Stored data entries
---------------

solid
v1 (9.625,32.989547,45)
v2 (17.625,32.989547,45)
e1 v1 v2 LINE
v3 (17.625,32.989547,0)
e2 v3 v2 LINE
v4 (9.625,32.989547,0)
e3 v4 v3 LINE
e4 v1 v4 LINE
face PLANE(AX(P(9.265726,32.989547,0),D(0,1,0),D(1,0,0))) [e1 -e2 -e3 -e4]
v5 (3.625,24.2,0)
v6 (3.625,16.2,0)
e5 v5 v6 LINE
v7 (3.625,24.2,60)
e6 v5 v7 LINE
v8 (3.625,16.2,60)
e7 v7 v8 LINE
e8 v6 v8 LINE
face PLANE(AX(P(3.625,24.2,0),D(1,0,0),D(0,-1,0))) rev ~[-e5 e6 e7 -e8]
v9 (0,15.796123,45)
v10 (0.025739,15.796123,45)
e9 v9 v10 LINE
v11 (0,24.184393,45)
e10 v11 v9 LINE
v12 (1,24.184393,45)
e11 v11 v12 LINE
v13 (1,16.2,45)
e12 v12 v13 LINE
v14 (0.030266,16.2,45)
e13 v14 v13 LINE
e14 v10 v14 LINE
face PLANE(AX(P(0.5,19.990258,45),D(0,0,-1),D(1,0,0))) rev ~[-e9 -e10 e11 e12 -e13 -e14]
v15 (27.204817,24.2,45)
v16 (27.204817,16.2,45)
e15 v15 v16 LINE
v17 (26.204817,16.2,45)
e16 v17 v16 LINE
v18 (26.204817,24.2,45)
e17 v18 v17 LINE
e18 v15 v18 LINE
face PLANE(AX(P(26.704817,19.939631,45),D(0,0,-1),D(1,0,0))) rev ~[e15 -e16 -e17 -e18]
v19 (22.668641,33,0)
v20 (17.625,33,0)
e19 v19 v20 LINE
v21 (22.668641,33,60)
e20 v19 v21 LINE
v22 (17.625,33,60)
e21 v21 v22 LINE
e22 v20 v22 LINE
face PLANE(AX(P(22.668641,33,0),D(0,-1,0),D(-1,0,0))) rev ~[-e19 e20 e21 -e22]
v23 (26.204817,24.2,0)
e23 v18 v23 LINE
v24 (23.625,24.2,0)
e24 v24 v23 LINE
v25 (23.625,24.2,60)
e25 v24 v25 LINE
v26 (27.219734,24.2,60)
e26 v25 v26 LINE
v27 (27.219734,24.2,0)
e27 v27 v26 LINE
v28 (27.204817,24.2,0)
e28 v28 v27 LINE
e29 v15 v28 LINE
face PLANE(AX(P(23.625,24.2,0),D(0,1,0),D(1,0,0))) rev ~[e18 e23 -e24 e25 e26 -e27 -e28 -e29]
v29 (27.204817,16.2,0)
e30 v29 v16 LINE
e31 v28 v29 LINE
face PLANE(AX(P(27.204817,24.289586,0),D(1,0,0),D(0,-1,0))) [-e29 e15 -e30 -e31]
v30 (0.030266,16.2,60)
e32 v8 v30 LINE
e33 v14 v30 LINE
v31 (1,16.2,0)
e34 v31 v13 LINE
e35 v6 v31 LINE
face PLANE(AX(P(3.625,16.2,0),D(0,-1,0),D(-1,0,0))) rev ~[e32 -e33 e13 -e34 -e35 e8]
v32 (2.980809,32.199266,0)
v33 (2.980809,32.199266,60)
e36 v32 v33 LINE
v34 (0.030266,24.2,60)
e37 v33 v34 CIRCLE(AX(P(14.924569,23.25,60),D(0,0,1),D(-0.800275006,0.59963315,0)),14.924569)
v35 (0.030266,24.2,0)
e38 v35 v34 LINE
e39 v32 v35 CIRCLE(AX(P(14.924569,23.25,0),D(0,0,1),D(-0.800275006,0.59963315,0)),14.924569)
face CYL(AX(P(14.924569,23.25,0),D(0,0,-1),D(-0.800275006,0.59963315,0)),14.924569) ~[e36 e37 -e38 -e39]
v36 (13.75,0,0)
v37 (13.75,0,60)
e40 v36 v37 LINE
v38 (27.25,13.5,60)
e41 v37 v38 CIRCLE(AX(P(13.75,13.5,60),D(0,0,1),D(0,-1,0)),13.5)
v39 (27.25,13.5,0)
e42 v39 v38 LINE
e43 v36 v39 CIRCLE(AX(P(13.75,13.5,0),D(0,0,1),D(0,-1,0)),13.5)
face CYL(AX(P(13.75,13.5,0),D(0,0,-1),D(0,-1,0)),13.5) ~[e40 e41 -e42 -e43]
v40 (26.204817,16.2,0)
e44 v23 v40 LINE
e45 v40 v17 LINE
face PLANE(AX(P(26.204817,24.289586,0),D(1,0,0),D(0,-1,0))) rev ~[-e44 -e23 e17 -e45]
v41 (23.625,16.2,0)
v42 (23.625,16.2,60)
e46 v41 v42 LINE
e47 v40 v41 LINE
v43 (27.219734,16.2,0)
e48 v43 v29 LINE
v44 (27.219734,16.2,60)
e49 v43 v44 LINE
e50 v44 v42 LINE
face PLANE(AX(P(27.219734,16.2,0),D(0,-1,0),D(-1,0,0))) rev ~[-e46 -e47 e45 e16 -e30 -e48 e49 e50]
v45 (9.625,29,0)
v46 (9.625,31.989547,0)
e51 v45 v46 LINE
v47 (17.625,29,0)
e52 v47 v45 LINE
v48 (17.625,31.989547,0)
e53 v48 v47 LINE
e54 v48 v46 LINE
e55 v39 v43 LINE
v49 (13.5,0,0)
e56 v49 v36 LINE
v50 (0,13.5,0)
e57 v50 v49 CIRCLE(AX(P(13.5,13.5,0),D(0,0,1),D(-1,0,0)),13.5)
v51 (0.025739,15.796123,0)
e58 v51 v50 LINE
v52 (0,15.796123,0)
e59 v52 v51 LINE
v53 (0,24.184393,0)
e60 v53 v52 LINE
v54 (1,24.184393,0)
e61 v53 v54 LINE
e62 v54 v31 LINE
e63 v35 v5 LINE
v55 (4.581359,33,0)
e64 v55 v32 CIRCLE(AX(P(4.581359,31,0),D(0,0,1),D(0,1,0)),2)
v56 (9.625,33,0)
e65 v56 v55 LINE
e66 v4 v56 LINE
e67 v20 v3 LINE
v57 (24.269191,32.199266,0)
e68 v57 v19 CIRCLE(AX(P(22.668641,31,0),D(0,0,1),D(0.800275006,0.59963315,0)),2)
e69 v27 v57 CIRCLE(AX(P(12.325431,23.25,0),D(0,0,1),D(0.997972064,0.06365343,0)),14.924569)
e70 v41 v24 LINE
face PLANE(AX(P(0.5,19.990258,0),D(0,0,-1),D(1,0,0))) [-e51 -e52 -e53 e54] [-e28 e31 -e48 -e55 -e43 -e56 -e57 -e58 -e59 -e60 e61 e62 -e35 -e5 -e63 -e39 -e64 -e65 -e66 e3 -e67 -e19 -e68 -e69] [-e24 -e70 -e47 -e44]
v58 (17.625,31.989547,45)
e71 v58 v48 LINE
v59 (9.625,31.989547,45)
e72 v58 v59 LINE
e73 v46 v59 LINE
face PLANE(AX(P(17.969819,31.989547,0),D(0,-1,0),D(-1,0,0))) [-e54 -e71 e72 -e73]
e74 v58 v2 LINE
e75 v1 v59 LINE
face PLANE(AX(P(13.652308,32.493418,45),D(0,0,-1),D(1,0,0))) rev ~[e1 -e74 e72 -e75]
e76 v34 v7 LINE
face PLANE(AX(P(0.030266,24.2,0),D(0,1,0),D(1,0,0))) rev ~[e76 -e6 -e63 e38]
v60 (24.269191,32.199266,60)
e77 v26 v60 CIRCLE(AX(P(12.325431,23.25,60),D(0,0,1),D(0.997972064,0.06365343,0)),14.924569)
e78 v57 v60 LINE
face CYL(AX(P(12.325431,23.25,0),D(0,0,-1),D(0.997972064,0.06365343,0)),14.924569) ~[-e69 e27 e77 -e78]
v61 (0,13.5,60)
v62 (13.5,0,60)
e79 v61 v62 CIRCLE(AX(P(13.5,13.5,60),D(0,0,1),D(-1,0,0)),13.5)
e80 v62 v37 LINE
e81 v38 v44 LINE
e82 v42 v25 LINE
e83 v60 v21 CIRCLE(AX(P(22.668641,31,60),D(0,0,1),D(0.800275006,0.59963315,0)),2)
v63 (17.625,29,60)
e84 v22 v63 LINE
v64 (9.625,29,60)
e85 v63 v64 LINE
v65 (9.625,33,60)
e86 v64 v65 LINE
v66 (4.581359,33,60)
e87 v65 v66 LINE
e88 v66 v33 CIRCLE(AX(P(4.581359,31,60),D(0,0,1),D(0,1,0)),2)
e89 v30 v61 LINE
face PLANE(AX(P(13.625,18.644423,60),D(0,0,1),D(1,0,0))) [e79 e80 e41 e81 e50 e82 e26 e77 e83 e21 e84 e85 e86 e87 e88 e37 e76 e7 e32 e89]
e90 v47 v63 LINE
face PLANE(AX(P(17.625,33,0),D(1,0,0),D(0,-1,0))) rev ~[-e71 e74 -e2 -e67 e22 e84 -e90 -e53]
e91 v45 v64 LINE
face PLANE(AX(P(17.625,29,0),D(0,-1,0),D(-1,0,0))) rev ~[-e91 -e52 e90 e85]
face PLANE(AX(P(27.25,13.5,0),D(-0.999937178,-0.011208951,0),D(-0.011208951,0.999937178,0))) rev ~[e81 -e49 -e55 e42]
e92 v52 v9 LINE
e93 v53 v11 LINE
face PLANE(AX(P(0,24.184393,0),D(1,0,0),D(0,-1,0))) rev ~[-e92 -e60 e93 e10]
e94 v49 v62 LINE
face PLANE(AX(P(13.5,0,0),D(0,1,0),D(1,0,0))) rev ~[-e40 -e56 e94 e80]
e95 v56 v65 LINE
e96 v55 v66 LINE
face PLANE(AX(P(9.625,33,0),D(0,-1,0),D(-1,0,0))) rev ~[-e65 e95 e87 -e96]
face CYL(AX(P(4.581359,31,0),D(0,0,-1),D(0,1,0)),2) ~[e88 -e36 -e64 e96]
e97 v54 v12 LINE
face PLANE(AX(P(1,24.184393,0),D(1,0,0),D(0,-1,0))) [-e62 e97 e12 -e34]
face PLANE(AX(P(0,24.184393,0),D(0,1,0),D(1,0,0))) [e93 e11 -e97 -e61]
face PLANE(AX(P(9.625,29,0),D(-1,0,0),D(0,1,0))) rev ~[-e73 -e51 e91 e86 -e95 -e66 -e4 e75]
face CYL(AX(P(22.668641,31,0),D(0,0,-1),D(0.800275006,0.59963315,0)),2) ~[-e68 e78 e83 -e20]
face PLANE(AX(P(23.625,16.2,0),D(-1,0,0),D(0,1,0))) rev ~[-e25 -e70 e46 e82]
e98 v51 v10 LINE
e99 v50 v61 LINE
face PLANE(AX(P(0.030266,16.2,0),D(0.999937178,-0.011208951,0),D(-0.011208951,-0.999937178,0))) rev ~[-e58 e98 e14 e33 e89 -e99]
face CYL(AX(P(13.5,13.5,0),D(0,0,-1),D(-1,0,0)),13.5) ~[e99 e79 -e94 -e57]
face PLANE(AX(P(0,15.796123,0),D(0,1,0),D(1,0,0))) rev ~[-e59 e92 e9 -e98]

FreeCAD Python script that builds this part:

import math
import FreeCAD as App
import Part
import Sketcher
from FreeCAD import Vector
Q = App.Units.Quantity


def add_polygon(sketch, points):
    """Adds a closed chain of lines whose ends are joined by coincident constraints."""
    first, n = sketch.GeometryCount, len(points)
    for a, b in zip(points, points[1:] + points[:1]):
        sketch.addGeometry(Part.LineSegment(App.Vector(*a, 0), App.Vector(*b, 0)), False)
    for i in range(n):
        sketch.addConstraint(Sketcher.Constraint("Coincident", first + i, 2, first + (i + 1) % n, 1))

doc = App.newDocument("Part")
body = doc.addObject("PartDesign::Body", "Body")

sketch1 = body.newObject("Sketcher::SketchObject", "Sketch")
sketch1.AttachmentSupport = (doc.getObject("XY_Plane"), [""])
sketch1.MapMode = "FlatFace"
sketch1.addGeometry(Part.ArcOfCircle(Part.Circle(Vector(13.5, 13.5, 0), Vector(0, 0, 1), 13.5), math.radians(180), math.radians(270)), False)
sketch1.addGeometry(Part.LineSegment(Vector(13.5, 0, 0), Vector(13.75, 0, 0)), False)
sketch1.addGeometry(Part.ArcOfCircle(Part.Circle(Vector(13.75, 13.5, 0), Vector(0, 0, 1), 13.5), math.radians(-90), math.radians(0)), False)
sketch1.addGeometry(Part.LineSegment(Vector(27.25, 13.5, 0), Vector(27.22, 16.2, 0)), False)
sketch1.addGeometry(Part.LineSegment(Vector(27.22, 16.2, 0), Vector(23.62, 16.2, 0)), False)
sketch1.addGeometry(Part.LineSegment(Vector(23.62, 16.2, 0), Vector(23.62, 24.2, 0)), False)
sketch1.addGeometry(Part.LineSegment(Vector(23.62, 24.2, 0), Vector(27.22, 24.2, 0)), False)
sketch1.addGeometry(Part.ArcOfCircle(Part.Circle(Vector(12.33, 23.25, 0), Vector(0, 0, 1), 14.92), math.radians(4), math.radians(37)), False)
sketch1.addGeometry(Part.ArcOfCircle(Part.Circle(Vector(22.67, 31, 0), Vector(0, 0, 1), 2), math.radians(37), math.radians(90)), False)
sketch1.addGeometry(Part.LineSegment(Vector(22.67, 33, 0), Vector(17.62, 33, 0)), False)
sketch1.addGeometry(Part.LineSegment(Vector(17.62, 33, 0), Vector(17.62, 29, 0)), False)
sketch1.addGeometry(Part.LineSegment(Vector(17.62, 29, 0), Vector(9.62, 29, 0)), False)
sketch1.addGeometry(Part.LineSegment(Vector(9.62, 29, 0), Vector(9.62, 33, 0)), False)
sketch1.addGeometry(Part.LineSegment(Vector(9.62, 33, 0), Vector(4.58, 33, 0)), False)
sketch1.addGeometry(Part.ArcOfCircle(Part.Circle(Vector(4.58, 31, 0), Vector(0, 0, 1), 2), math.radians(90), math.radians(143)), False)
sketch1.addGeometry(Part.ArcOfCircle(Part.Circle(Vector(14.92, 23.25, 0), Vector(0, 0, 1), 14.92), math.radians(143), math.radians(176)), False)
sketch1.addGeometry(Part.LineSegment(Vector(0.03, 24.2, 0), Vector(3.62, 24.2, 0)), False)
sketch1.addGeometry(Part.LineSegment(Vector(3.62, 24.2, 0), Vector(3.62, 16.2, 0)), False)
sketch1.addGeometry(Part.LineSegment(Vector(3.62, 16.2, 0), Vector(0.03, 16.2, 0)), False)
sketch1.addGeometry(Part.LineSegment(Vector(0.03, 16.2, 0), Vector(0, 13.5, 0)), False)
sketch1.addConstraint(Sketcher.Constraint("Tangent", 0, 2, 1, 1))
sketch1.addConstraint(Sketcher.Constraint("Tangent", 1, 2, 2, 1))
sketch1.addConstraint(Sketcher.Constraint("Coincident", 2, 2, 3, 1))
sketch1.addConstraint(Sketcher.Constraint("Coincident", 3, 2, 4, 1))
sketch1.addConstraint(Sketcher.Constraint("Coincident", 4, 2, 5, 1))
sketch1.addConstraint(Sketcher.Constraint("Coincident", 5, 2, 6, 1))
sketch1.addConstraint(Sketcher.Constraint("Coincident", 6, 2, 7, 1))
sketch1.addConstraint(Sketcher.Constraint("Tangent", 7, 2, 8, 1))
sketch1.addConstraint(Sketcher.Constraint("Tangent", 8, 2, 9, 1))
sketch1.addConstraint(Sketcher.Constraint("Coincident", 9, 2, 10, 1))
sketch1.addConstraint(Sketcher.Constraint("Coincident", 10, 2, 11, 1))
sketch1.addConstraint(Sketcher.Constraint("Coincident", 11, 2, 12, 1))
sketch1.addConstraint(Sketcher.Constraint("Coincident", 12, 2, 13, 1))
sketch1.addConstraint(Sketcher.Constraint("Tangent", 13, 2, 14, 1))
sketch1.addConstraint(Sketcher.Constraint("Tangent", 14, 2, 15, 1))
sketch1.addConstraint(Sketcher.Constraint("Coincident", 15, 2, 16, 1))
sketch1.addConstraint(Sketcher.Constraint("Coincident", 16, 2, 17, 1))
sketch1.addConstraint(Sketcher.Constraint("Coincident", 17, 2, 18, 1))
sketch1.addConstraint(Sketcher.Constraint("Coincident", 18, 2, 19, 1))
sketch1.addConstraint(Sketcher.Constraint("Coincident", 19, 2, 0, 1))
sketch1.addConstraint(Sketcher.Constraint("Horizontal", 1))
sketch1.addConstraint(Sketcher.Constraint("Horizontal", 4))
sketch1.addConstraint(Sketcher.Constraint("Vertical", 5))
sketch1.addConstraint(Sketcher.Constraint("Horizontal", 6))
sketch1.addConstraint(Sketcher.Constraint("Horizontal", 9))
sketch1.addConstraint(Sketcher.Constraint("Vertical", 10))
sketch1.addConstraint(Sketcher.Constraint("Horizontal", 11))
sketch1.addConstraint(Sketcher.Constraint("Vertical", 12))
sketch1.addConstraint(Sketcher.Constraint("Horizontal", 13))
sketch1.addConstraint(Sketcher.Constraint("Horizontal", 16))
sketch1.addConstraint(Sketcher.Constraint("Vertical", 17))
sketch1.addConstraint(Sketcher.Constraint("Horizontal", 18))
sketch1.addConstraint(Sketcher.Constraint("Equal", 0, 2))
sketch1.addConstraint(Sketcher.Constraint("Equal", 8, 14))
sketch1.addConstraint(Sketcher.Constraint("Equal", 7, 15))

---------------

* [YOUR OBJECTIVE] As listed above, the lines from the line with "e23 v18 v23 LINE" to the line with "e29 v15 v28 LINE" are to be echoed exactly, with both ends included and nothing added.

* [RESPONSE]
e23 v18 v23 LINE
v24 (23.625,24.2,0)
e24 v24 v23 LINE
v25 (23.625,24.2,60)
e25 v24 v25 LINE
v26 (27.219734,24.2,60)
e26 v25 v26 LINE
v27 (27.219734,24.2,0)
e27 v27 v26 LINE
v28 (27.204817,24.2,0)
e28 v28 v27 LINE
e29 v15 v28 LINE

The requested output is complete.